Before I go inventing something I want to find out if anyone already has done this.
We have a lot of virtual linux hosts (VMs on an ESX farm). We monitor all of them with Xymon. When there is a widespread problem (as there was this past weekend) the virtualization team would like to have a report on which VMs top the list of, for example, cpu load from Xymon historical data. (Yes there are ESX based tools, but they have not spent the $$ to put them on all of the servers.) I pointed the team manager to the metrics report in Xymon and he was impressed, but doesn't want to have to look at a graph containing plots for a few hundred hosts to find the top 10.
So, I'm looking it writing a script to mine the rrd or history data from the Xymon server to produce the list he wants. He is also interested in the top disk I/O numbers, too, but I'm focusing on load average for now.
He says he just wants an average for each host over the 48 hours of the weekend, which is when we usually see problems.

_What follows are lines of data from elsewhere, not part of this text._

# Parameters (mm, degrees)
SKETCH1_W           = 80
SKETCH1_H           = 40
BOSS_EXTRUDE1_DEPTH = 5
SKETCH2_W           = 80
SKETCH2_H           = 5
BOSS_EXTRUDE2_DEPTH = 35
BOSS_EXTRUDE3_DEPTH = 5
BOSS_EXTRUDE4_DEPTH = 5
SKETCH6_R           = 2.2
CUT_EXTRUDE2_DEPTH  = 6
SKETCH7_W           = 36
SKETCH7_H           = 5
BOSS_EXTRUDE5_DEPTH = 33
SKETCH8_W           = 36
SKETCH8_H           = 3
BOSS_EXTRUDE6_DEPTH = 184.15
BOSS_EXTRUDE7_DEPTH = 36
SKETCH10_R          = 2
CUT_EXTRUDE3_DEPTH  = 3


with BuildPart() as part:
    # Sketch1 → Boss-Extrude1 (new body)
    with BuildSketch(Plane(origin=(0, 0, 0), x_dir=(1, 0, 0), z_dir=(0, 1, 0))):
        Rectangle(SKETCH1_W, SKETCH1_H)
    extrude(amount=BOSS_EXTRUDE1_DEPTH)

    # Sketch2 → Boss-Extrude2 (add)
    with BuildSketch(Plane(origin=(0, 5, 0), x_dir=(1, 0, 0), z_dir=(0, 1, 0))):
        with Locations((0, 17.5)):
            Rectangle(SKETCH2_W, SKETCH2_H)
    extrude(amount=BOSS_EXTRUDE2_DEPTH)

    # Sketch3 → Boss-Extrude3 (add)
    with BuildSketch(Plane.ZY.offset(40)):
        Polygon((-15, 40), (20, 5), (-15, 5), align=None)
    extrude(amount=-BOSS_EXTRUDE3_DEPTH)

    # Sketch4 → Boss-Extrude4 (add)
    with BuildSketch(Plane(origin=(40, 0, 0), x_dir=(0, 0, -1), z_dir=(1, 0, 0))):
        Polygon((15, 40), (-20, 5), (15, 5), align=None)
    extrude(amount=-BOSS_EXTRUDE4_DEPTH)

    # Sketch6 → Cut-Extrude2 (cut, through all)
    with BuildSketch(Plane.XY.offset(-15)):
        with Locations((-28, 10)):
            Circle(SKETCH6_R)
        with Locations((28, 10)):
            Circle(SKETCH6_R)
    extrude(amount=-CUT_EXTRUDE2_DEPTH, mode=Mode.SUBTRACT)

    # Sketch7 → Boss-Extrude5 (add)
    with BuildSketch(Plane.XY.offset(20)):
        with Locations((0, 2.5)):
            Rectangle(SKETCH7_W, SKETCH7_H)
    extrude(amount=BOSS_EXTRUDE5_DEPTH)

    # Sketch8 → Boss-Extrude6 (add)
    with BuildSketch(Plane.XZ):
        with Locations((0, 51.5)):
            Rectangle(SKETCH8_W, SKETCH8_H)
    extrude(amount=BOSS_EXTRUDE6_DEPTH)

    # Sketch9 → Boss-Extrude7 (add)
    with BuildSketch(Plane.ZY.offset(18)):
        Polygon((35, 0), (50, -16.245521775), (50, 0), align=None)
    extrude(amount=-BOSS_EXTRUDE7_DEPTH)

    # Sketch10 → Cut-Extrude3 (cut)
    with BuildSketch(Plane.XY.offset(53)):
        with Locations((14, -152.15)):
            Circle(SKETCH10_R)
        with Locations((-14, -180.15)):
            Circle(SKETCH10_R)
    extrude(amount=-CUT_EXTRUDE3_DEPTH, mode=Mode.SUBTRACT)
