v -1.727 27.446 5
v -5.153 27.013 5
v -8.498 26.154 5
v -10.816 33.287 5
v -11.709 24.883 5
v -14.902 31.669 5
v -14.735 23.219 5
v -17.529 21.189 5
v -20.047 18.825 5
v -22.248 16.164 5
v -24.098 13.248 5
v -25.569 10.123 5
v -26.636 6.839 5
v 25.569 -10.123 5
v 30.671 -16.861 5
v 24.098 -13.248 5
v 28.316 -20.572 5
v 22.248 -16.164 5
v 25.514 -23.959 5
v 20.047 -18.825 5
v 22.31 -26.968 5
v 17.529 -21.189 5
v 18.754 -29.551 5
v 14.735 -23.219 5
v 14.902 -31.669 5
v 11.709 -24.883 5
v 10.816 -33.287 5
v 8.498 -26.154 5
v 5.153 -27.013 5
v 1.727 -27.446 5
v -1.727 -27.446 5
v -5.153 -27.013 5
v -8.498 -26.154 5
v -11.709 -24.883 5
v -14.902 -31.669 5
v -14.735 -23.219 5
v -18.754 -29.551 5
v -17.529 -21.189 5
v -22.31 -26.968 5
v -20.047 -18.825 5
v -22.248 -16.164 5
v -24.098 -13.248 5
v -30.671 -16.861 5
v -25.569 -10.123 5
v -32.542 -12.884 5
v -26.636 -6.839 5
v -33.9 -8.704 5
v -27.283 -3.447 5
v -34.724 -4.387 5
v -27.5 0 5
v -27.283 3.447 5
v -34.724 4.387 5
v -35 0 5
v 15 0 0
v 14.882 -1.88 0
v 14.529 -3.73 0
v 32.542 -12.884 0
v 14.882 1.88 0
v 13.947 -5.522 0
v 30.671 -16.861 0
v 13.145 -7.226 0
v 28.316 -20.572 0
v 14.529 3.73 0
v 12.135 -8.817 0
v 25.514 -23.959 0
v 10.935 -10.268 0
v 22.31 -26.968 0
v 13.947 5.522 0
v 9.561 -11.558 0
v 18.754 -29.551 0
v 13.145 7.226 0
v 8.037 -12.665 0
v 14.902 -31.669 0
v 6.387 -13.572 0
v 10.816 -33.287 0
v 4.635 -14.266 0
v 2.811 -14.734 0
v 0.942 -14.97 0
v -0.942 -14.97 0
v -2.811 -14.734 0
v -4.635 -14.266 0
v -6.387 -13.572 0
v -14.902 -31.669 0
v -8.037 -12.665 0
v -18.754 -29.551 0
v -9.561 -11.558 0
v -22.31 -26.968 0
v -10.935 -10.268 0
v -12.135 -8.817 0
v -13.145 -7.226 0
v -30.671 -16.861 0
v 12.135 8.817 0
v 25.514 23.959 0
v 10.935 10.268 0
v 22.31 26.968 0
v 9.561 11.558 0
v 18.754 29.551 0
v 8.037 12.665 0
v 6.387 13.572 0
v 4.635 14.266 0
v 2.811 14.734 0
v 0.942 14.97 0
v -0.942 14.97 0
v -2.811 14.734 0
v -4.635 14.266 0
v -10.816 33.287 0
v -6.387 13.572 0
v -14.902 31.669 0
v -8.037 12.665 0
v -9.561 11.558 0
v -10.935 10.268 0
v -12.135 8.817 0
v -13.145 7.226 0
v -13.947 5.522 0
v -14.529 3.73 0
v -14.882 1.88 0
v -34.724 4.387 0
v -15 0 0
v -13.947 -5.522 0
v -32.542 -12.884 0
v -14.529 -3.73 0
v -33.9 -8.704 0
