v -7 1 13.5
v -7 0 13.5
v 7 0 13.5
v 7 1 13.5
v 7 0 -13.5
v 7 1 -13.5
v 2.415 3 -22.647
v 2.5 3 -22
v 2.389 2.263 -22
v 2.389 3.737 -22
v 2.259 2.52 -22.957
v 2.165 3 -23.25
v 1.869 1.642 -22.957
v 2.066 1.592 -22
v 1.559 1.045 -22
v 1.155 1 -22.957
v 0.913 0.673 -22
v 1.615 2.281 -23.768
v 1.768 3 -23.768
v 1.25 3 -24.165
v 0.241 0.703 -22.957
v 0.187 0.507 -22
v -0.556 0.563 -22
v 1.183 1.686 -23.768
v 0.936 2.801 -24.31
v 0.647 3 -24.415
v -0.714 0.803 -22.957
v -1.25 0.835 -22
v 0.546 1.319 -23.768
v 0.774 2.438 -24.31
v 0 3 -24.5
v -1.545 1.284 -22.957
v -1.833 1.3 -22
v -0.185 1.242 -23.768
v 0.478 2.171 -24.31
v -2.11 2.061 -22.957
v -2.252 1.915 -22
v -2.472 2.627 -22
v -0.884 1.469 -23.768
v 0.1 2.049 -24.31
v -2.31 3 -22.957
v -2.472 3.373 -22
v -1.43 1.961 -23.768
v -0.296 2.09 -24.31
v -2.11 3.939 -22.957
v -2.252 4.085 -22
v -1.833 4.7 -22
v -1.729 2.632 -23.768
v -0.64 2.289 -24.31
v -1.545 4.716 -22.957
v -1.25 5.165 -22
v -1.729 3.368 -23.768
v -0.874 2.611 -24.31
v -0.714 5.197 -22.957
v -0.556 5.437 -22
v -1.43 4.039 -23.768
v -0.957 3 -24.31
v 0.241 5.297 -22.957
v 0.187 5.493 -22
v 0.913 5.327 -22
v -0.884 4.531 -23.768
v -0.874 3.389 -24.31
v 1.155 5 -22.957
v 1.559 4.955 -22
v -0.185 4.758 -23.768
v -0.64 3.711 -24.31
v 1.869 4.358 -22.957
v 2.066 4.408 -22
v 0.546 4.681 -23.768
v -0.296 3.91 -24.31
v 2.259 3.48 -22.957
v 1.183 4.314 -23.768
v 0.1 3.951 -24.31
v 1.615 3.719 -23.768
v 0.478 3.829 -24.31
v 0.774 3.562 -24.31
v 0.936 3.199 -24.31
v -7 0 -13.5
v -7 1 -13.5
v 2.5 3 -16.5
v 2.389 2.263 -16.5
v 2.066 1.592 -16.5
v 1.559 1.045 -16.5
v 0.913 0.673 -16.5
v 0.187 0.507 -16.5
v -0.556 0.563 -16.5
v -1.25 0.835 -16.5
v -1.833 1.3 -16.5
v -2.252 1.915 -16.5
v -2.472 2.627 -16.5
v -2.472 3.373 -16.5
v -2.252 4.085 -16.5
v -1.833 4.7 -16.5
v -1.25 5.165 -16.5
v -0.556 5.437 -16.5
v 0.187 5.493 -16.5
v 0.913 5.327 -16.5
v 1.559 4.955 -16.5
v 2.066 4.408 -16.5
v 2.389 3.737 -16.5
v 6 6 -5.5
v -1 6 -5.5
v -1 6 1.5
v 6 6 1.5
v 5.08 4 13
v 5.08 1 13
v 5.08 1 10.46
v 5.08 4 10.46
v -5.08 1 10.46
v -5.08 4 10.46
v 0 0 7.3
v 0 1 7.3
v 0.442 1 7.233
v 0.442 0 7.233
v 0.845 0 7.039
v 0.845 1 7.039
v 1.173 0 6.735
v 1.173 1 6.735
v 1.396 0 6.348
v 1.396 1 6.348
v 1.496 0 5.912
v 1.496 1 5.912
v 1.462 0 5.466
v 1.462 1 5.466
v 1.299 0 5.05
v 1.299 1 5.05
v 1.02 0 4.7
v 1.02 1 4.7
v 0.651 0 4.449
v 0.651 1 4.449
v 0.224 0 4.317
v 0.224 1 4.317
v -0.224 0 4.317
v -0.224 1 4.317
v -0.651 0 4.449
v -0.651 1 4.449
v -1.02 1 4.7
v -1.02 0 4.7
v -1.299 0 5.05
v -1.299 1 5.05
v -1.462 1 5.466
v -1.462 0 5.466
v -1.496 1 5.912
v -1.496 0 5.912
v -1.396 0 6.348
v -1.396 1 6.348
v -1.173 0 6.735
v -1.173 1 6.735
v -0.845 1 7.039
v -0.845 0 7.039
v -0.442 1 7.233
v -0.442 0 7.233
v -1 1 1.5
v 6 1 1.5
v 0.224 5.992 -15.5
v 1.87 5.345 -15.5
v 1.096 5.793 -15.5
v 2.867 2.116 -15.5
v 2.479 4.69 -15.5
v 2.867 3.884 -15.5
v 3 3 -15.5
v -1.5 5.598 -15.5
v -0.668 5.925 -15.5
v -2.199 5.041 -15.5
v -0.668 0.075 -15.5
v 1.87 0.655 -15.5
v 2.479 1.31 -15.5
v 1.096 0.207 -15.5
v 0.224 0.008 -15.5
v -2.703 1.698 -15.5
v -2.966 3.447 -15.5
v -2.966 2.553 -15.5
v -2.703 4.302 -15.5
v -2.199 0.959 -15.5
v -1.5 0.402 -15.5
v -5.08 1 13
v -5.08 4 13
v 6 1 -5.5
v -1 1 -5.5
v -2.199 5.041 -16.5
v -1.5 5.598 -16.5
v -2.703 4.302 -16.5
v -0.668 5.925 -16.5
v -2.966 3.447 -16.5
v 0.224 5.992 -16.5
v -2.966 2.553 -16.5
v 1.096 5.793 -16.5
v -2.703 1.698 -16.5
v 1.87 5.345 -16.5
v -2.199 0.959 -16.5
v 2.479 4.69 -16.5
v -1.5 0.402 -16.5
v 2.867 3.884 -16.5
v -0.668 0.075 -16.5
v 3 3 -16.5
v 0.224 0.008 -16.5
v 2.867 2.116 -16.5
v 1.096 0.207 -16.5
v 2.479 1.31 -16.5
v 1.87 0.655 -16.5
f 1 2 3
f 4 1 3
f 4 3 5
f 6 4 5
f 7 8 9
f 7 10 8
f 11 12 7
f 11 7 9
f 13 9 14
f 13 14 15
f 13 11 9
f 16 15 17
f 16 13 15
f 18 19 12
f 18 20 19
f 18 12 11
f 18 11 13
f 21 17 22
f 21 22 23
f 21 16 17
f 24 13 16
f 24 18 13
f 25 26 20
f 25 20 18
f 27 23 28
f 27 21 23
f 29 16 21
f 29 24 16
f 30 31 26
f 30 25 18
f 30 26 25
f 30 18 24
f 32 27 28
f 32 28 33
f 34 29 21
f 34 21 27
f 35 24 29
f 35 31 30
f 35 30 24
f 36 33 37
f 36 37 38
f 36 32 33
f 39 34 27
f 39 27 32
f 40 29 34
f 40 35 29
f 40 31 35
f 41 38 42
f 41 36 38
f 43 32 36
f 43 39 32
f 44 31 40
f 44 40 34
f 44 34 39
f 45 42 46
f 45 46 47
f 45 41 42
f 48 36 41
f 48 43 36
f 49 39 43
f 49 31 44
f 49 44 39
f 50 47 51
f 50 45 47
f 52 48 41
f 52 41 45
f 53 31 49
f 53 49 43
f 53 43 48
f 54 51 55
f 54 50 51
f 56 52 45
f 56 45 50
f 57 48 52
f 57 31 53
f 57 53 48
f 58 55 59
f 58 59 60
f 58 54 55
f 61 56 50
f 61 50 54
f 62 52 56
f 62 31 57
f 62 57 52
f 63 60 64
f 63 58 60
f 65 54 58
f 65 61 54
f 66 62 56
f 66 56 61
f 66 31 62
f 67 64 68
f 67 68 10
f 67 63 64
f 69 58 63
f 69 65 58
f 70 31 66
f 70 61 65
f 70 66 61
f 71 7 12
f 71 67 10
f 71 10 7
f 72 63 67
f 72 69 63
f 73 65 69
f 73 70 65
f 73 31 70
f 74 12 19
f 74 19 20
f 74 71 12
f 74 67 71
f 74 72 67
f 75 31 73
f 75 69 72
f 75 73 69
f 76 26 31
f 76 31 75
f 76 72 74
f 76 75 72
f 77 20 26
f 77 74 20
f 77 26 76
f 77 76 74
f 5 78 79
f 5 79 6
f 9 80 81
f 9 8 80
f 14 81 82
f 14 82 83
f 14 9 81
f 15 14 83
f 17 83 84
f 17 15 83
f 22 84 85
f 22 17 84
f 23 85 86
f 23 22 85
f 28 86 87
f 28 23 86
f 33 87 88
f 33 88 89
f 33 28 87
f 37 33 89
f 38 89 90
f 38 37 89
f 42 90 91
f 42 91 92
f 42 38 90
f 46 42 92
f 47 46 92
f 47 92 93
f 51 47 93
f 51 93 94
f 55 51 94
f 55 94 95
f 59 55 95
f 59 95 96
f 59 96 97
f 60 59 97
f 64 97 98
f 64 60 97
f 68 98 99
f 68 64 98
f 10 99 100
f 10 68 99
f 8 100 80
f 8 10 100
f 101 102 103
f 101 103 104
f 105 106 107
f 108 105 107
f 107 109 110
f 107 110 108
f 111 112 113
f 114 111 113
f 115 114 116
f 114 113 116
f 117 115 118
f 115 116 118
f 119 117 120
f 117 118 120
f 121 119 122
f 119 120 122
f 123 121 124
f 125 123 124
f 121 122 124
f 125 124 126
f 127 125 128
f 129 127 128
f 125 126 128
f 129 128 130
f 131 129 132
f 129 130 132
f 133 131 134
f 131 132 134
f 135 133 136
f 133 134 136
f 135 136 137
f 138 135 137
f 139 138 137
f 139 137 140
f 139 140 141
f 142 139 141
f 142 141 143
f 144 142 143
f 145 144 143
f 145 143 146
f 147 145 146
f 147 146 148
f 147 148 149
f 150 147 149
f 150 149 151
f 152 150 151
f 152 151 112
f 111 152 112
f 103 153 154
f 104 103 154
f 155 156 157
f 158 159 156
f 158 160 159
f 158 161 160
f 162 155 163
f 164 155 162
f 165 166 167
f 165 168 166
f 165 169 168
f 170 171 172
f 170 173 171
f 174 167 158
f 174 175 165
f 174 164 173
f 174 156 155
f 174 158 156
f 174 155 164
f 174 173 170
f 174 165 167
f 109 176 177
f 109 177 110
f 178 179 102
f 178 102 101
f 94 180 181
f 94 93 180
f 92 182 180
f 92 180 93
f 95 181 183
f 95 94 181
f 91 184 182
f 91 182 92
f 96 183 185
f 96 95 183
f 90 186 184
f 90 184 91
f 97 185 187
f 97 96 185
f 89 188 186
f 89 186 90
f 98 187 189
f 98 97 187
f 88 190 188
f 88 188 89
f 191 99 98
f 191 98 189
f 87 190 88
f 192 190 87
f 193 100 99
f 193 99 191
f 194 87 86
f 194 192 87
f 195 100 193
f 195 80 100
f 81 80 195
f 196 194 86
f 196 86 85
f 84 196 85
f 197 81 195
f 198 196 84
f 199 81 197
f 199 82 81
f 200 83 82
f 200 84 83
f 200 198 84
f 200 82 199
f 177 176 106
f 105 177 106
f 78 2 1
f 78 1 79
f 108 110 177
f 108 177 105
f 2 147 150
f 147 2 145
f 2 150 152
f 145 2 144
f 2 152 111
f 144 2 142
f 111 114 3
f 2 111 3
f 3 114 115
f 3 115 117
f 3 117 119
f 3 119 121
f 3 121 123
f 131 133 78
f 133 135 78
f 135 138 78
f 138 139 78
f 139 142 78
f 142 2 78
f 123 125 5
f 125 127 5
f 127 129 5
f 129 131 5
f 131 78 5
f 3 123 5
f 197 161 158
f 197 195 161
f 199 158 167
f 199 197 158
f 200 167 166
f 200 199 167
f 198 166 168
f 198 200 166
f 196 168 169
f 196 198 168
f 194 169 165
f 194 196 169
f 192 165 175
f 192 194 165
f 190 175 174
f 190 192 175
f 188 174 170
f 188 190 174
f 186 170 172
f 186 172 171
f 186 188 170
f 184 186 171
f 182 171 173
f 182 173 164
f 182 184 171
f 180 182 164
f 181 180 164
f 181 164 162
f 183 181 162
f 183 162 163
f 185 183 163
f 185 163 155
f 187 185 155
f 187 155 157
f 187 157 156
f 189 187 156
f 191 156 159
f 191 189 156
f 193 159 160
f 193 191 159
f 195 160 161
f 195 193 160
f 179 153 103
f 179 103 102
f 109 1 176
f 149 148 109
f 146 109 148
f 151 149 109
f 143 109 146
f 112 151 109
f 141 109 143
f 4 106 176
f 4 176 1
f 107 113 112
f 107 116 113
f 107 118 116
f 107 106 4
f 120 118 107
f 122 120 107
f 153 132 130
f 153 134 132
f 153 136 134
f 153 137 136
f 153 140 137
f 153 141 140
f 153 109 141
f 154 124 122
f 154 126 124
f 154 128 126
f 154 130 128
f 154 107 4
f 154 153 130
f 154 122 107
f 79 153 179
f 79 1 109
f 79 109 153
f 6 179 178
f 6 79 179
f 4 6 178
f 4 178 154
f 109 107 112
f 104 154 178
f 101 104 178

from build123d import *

# Parameters (mm, degrees)
SKETCH1_W           = 14
SKETCH1_H           = 27
BOSS_EXTRUDE1_DEPTH = 1
SKETCH2_R           = 1.5
CUT_EXTRUDE1_DEPTH  = 16.239750654
SKETCH3_W           = 7
SKETCH3_H           = 7
BOSS_EXTRUDE2_DEPTH = 5
SKETCH4_W           = 10.16
SKETCH4_H           = 2.54
BOSS_EXTRUDE3_DEPTH = 3


with BuildPart() as part:
    # Sketch1 → Boss-Extrude1 (new body)
    with BuildSketch(Plane(origin=(0, 0, 0), x_dir=(1, 0, 0), z_dir=(0, 1, 0))):
        Rectangle(SKETCH1_W, SKETCH1_H)
    extrude(amount=BOSS_EXTRUDE1_DEPTH)

    # Sketch2 → Cut-Extrude1 (cut, through all)
    with BuildSketch(Plane(origin=(0, 1, 0), x_dir=(1, 0, 0), z_dir=(0, 1, 0))):
        with Locations(Location((0, -5.8, 0), (0, 0, 270))):
            Circle(SKETCH2_R)
    extrude(amount=-CUT_EXTRUDE1_DEPTH, mode=Mode.SUBTRACT)

    # Sketch3 → Boss-Extrude2 (add)
    with BuildSketch(Plane(origin=(0, 1, 0), x_dir=(1, 0, 0), z_dir=(0, 1, 0))):
        with Locations((2.5, 2)):
            Rectangle(SKETCH3_W, SKETCH3_H)
    extrude(amount=BOSS_EXTRUDE2_DEPTH)

    # Sketch4 → Boss-Extrude3 (add)
    with BuildSketch(Plane(origin=(0, 1, 0), x_dir=(1, 0, 0), z_dir=(0, 1, 0))):
        with Locations((0, -11.73)):
            Rectangle(SKETCH4_W, SKETCH4_H)
    extrude(amount=BOSS_EXTRUDE3_DEPTH)


with BuildPart() as body_2:
    # Sketch5 → Revolve1 (revolve)
    with BuildSketch(Plane(origin=(0, 0, 0), x_dir=(0, 0, -1), z_dir=(1, 0, 0)), mode=Mode.PRIVATE) as revolve1_sk:
        with BuildLine():
            Line((15.5, 3), (15.5, 6))
            Line((15.5, 6), (16.5, 6))
            Line((16.5, 6), (16.5, 5.5))
            Line((16.5, 5.5), (22, 5.5))
            ThreePointArc((22, 5.5), (23.767766953, 4.767766953), (24.5, 3))
            Line((24.5, 3), (15.5, 3))
        make_face()
    revolve(revolve1_sk.sketch.rotate(Axis((0, 3, -15.5), (0, 0, -1)), 90), axis=Axis((0, 3, -15.5), (0, 0, -1)))


solid = Compound([part.part, body_2.part])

Has anyone done this or something like it? I don't see anything in Xymon already built in to get close so I was looking at rrdtool fetch. However, this is cumbersome and, frankly I'm not understanding the data I'm getting back (for example 1.22749483e+03 seems to be 12.27... when I compare it to the graphs, so the e+03 seems to really mean *10^1, right?)
But I ramble. Thanks for any help.
Steve Holmes Purdue